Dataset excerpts
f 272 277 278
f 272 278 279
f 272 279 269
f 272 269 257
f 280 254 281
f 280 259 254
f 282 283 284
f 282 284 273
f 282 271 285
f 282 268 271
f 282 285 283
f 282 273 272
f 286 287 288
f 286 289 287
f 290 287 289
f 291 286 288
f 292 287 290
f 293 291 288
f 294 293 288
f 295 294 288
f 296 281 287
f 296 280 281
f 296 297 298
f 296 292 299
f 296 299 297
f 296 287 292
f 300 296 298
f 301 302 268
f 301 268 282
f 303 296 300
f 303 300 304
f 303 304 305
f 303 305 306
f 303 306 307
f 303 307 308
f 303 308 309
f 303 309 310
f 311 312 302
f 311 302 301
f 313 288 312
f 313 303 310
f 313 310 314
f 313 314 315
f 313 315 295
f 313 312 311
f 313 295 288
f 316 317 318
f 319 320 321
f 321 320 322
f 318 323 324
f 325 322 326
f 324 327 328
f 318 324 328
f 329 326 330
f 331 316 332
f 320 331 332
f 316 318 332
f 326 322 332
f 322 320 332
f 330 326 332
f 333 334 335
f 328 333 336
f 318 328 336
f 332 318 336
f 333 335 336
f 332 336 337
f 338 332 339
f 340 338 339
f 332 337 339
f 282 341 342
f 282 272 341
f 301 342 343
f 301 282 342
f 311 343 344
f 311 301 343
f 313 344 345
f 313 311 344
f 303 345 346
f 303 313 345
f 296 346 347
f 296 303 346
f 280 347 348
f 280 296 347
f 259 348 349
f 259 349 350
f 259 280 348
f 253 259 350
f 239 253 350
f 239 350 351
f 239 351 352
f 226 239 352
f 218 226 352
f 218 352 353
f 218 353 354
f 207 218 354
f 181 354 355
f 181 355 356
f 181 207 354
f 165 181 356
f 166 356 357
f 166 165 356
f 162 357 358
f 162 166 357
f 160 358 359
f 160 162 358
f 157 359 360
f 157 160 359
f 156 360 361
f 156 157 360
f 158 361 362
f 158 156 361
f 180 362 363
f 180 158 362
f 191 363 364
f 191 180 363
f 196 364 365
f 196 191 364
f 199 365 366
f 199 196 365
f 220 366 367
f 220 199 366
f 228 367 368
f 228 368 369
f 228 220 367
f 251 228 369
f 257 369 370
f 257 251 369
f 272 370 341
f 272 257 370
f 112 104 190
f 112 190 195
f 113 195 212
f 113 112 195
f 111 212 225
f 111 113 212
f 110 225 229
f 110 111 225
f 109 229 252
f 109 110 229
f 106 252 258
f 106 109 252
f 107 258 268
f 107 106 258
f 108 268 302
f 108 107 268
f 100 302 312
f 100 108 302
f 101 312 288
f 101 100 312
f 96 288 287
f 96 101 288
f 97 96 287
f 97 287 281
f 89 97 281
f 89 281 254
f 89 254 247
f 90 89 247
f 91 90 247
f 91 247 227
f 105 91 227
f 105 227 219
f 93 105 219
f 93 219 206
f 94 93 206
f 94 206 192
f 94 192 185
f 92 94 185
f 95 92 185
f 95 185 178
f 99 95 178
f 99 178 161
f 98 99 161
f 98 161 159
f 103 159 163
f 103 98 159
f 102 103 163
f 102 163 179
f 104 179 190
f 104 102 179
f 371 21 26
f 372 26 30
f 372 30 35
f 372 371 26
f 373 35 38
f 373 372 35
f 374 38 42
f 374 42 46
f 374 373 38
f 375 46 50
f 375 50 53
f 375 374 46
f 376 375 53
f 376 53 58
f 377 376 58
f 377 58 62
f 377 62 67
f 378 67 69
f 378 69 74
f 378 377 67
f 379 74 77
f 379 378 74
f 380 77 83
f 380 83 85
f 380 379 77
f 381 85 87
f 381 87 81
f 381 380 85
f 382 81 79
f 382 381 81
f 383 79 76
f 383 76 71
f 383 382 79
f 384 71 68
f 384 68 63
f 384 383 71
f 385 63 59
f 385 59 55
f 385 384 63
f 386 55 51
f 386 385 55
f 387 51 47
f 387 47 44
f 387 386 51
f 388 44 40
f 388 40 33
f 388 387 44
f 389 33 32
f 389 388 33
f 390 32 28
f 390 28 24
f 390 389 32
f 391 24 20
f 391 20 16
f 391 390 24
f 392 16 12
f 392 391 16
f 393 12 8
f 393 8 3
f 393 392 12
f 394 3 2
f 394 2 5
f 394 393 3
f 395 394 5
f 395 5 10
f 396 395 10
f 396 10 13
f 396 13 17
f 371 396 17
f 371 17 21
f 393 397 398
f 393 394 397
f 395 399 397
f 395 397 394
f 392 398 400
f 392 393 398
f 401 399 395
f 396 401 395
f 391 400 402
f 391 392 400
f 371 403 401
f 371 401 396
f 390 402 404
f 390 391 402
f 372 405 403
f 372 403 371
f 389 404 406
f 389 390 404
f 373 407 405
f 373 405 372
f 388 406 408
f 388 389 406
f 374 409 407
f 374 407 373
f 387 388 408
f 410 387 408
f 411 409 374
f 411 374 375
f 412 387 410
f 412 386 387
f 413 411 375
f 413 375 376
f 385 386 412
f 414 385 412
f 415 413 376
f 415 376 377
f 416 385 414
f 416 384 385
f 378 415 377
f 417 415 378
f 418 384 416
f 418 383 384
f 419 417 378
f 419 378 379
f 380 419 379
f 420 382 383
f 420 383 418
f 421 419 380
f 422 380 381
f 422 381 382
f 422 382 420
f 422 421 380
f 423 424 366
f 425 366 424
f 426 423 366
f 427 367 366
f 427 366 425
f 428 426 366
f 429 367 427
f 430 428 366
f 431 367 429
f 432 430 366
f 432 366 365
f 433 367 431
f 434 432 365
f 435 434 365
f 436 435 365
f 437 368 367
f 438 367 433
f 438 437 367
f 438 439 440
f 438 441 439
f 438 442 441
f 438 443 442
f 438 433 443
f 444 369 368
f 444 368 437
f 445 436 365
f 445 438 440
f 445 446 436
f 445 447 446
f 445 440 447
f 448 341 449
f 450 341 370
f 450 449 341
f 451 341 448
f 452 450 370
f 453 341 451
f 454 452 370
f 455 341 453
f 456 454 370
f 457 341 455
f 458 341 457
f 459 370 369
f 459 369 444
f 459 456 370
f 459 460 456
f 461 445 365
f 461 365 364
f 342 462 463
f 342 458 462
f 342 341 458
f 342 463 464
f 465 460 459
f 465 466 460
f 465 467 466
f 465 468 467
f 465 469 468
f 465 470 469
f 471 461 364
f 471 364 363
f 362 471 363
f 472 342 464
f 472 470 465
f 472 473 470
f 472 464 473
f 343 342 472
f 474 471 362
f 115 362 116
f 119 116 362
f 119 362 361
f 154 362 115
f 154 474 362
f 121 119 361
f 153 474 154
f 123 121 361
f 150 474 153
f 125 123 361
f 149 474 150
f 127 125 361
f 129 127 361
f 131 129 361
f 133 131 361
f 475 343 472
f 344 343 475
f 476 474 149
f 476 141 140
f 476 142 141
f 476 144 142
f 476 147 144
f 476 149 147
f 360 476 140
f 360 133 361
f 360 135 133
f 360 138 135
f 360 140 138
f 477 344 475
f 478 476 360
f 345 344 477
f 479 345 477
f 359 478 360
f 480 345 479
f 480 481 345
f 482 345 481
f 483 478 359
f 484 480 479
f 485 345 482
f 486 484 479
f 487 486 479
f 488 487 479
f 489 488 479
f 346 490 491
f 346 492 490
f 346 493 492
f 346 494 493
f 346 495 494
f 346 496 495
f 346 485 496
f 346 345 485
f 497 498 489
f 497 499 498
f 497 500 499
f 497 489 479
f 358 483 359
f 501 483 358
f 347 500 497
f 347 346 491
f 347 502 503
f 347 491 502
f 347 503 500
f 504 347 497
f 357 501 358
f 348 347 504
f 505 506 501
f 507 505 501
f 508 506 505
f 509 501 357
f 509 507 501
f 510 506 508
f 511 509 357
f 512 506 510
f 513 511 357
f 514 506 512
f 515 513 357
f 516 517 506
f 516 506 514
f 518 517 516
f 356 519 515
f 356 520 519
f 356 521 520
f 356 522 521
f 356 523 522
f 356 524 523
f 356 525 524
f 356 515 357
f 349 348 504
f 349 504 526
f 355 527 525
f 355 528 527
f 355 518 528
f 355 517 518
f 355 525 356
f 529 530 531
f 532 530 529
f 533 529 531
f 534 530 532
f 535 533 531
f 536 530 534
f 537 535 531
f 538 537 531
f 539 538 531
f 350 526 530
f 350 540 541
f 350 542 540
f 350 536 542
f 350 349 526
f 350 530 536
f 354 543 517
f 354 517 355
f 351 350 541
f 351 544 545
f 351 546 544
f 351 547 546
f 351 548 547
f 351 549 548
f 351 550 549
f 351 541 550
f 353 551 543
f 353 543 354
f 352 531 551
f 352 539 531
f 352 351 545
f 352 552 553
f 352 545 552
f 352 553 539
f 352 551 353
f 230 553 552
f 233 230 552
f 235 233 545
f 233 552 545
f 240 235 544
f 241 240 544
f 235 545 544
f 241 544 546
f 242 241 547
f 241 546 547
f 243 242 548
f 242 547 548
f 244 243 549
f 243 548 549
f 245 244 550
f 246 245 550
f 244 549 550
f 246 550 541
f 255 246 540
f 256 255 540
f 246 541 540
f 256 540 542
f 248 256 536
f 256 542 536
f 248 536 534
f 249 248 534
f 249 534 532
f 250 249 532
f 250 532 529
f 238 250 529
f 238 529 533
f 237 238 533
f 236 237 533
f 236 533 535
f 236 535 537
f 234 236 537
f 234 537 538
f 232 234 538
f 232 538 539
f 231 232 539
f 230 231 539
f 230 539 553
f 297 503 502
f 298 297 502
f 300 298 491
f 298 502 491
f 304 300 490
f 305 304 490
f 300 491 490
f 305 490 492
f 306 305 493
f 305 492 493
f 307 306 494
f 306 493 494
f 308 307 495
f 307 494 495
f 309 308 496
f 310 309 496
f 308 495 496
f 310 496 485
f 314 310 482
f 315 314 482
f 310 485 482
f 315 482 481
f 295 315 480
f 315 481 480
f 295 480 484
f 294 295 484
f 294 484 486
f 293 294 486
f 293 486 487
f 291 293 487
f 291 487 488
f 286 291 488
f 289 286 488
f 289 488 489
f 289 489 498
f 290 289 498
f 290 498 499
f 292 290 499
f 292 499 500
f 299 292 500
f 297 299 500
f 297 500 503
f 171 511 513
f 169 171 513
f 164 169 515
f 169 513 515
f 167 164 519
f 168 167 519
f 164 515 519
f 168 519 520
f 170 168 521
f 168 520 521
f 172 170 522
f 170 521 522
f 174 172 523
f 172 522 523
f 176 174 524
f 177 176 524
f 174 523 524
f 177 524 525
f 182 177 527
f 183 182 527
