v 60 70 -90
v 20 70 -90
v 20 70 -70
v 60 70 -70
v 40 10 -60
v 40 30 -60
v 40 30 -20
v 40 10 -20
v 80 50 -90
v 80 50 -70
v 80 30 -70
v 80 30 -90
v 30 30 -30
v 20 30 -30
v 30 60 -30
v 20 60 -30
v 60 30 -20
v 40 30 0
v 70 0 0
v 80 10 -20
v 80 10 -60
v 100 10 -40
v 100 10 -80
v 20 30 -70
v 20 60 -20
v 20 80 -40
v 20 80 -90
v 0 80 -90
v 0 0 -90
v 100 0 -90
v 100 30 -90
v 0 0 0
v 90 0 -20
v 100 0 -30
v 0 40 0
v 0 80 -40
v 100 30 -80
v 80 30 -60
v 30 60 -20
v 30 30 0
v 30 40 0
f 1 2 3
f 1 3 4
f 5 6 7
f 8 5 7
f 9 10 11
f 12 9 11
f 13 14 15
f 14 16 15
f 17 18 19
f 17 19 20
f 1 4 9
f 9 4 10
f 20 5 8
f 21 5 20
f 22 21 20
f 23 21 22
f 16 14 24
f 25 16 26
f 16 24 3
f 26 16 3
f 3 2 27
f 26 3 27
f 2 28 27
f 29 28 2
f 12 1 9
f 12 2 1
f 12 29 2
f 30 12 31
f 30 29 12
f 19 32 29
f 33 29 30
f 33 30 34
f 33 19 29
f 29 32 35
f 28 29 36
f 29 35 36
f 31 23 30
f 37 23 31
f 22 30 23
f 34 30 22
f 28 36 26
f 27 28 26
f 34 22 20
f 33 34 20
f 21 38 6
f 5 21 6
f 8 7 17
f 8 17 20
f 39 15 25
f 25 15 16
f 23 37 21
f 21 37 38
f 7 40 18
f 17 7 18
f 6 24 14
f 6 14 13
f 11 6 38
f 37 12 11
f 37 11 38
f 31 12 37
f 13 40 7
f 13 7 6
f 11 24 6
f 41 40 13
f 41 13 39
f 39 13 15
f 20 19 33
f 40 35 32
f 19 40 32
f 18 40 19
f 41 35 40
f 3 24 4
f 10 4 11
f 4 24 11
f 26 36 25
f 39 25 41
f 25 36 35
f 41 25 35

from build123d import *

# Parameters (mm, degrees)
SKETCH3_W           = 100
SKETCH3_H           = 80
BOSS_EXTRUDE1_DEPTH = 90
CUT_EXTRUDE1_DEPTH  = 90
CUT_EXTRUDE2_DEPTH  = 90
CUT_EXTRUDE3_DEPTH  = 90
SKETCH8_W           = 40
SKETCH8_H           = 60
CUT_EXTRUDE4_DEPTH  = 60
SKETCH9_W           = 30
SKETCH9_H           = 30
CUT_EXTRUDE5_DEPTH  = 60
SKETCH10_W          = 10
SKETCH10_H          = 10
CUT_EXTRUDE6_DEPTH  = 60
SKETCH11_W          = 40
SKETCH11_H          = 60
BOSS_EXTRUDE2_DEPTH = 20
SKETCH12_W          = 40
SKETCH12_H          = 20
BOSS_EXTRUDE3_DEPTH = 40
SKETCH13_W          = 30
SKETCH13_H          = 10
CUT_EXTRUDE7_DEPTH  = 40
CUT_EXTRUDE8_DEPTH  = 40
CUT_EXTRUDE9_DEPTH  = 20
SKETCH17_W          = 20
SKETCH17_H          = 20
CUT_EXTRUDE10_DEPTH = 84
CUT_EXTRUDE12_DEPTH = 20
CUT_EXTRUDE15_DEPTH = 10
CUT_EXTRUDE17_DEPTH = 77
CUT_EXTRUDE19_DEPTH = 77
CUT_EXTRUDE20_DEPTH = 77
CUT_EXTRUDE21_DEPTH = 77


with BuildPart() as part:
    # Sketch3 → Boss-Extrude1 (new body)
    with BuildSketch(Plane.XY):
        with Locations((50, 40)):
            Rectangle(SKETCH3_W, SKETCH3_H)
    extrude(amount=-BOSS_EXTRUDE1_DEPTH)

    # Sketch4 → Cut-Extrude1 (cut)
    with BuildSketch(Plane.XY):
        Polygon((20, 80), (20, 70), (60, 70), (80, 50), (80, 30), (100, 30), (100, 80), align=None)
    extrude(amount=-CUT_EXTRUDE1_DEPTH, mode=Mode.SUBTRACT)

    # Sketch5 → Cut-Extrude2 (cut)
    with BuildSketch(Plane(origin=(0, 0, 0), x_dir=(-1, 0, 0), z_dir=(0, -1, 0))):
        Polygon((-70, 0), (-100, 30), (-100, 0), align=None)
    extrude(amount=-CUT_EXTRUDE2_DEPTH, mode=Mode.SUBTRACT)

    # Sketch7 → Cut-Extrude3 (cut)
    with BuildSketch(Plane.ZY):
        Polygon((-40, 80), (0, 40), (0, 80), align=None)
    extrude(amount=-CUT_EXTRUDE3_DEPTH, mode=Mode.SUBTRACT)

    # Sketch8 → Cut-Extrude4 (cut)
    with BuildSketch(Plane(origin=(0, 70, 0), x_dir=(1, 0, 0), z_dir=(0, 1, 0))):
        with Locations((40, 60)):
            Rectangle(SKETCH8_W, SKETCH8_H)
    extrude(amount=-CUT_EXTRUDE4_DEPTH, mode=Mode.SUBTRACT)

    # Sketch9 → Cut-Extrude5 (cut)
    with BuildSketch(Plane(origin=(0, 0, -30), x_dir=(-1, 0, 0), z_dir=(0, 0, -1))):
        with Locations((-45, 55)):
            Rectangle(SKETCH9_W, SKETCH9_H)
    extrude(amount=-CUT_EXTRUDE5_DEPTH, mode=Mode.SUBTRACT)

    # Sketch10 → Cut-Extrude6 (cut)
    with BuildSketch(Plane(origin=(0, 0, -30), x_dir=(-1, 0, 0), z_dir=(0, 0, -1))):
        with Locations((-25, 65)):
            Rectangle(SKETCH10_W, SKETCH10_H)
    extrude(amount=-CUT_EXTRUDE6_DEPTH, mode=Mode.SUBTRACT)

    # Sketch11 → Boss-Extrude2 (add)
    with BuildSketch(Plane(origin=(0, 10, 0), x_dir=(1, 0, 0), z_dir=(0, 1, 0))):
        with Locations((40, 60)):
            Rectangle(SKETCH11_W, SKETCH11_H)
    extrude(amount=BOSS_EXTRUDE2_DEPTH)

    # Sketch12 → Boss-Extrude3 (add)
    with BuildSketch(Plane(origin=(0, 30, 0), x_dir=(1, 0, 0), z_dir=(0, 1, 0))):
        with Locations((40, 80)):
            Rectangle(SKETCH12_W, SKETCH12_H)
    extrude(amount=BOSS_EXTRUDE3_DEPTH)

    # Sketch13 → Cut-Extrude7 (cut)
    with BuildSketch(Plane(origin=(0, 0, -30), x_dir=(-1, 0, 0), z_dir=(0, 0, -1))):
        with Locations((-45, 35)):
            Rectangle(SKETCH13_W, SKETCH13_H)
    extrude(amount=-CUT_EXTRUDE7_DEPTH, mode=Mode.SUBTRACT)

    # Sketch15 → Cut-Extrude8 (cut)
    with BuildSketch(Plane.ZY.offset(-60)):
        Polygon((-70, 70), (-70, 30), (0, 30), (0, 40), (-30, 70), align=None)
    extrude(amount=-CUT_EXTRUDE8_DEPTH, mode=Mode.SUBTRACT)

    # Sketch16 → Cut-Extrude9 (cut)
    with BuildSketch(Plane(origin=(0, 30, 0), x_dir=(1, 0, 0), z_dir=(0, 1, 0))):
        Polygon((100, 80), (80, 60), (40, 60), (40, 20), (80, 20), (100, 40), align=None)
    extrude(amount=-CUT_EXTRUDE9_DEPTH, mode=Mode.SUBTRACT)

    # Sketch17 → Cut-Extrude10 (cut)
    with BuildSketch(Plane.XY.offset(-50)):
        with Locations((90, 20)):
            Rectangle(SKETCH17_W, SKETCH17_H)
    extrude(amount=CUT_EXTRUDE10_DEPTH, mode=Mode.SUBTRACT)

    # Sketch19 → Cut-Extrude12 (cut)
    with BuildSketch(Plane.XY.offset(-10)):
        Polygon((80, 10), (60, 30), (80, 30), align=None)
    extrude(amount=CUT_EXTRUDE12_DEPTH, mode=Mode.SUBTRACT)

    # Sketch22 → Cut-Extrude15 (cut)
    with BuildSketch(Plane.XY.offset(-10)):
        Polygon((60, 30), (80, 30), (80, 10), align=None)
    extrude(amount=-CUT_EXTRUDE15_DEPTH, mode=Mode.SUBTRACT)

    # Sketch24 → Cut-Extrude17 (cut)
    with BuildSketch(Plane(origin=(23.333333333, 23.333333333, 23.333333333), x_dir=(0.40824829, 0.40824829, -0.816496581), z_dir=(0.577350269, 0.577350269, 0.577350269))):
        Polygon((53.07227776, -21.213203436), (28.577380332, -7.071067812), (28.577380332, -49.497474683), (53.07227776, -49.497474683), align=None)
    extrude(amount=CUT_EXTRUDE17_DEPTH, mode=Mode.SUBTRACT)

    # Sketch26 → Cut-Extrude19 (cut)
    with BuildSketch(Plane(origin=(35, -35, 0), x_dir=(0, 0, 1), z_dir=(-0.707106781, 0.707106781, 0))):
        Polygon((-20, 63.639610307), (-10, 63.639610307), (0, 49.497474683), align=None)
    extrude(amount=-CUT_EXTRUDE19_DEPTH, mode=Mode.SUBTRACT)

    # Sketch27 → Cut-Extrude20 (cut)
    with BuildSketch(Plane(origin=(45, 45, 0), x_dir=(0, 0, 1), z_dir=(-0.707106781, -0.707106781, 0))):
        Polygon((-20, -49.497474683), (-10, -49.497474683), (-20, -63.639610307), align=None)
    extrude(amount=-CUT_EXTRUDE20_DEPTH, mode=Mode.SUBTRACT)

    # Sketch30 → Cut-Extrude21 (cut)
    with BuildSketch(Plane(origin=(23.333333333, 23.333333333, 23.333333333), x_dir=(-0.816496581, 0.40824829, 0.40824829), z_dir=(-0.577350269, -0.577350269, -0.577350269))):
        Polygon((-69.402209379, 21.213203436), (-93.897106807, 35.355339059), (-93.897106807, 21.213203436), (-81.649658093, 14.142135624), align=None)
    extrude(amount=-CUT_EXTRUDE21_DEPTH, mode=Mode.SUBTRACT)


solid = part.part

* * *

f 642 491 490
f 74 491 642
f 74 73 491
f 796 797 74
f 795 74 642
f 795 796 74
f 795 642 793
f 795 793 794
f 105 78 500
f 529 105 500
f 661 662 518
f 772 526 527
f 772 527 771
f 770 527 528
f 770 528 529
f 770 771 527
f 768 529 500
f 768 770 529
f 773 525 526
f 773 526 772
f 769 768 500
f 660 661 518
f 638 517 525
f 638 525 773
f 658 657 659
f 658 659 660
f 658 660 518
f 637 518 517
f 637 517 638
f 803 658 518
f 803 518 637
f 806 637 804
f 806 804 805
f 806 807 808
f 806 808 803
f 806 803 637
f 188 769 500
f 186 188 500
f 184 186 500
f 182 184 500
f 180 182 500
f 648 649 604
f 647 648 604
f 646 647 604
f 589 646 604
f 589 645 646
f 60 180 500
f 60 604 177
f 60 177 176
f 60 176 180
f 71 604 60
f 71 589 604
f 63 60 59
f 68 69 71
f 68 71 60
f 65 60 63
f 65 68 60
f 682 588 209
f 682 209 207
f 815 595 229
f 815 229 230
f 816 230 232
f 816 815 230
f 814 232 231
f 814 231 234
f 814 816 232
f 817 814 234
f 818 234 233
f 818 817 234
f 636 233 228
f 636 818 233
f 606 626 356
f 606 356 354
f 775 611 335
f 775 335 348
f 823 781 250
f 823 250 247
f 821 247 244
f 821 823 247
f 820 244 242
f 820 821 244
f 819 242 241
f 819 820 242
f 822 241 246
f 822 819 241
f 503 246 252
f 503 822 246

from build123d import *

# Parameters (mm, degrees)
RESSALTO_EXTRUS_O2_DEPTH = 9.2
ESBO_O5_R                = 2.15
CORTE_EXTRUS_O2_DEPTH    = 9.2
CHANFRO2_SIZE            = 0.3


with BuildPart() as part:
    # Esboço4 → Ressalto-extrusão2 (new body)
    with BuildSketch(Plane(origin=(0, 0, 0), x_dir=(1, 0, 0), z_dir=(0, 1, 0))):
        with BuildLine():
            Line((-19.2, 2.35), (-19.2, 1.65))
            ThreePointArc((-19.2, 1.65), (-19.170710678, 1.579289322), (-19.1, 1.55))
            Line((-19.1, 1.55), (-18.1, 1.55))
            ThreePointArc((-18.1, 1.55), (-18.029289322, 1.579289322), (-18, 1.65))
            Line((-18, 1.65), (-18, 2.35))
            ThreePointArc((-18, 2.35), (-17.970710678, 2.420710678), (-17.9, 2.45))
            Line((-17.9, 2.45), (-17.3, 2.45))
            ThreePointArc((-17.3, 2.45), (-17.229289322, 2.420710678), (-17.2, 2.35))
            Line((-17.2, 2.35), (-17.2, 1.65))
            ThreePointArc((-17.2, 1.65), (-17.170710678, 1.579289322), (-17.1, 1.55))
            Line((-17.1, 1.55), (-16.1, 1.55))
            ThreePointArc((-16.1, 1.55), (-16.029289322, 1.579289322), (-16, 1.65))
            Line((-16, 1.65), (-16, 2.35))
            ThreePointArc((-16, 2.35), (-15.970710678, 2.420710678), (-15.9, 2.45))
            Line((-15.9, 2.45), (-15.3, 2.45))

### What the task requires
The lines above from the one containing "f 272 277 278" through the one containing "f 311 301 343" are to be set down exactly, and no others.

### Solved problem
f 272 277 278
f 272 278 279
f 272 279 269
f 272 269 257
f 280 254 281
f 280 259 254
f 282 283 284
f 282 284 273
f 282 271 285
f 282 268 271
f 282 285 283
f 282 273 272
f 286 287 288
f 286 289 287
f 290 287 289
f 291 286 288
f 292 287 290
f 293 291 288
f 294 293 288
f 295 294 288
f 296 281 287
f 296 280 281
f 296 297 298
f 296 292 299
f 296 299 297
f 296 287 292
f 300 296 298
f 301 302 268
f 301 268 282
f 303 296 300
f 303 300 304
f 303 304 305
f 303 305 306
f 303 306 307
f 303 307 308
f 303 308 309
f 303 309 310
f 311 312 302
f 311 302 301
f 313 288 312
f 313 303 310
f 313 310 314
f 313 314 315
f 313 315 295
f 313 312 311
f 313 295 288
f 316 317 318
f 319 320 321
f 321 320 322
f 318 323 324
f 325 322 326
f 324 327 328
f 318 324 328
f 329 326 330
f 331 316 332
f 320 331 332
f 316 318 332
f 326 322 332
f 322 320 332
f 330 326 332
f 333 334 335
f 328 333 336
f 318 328 336
f 332 318 336
f 333 335 336
f 332 336 337
f 338 332 339
f 340 338 339
f 332 337 339
f 282 341 342
f 282 272 341
f 301 342 343
f 301 282 342
f 311 343 344
f 311 301 343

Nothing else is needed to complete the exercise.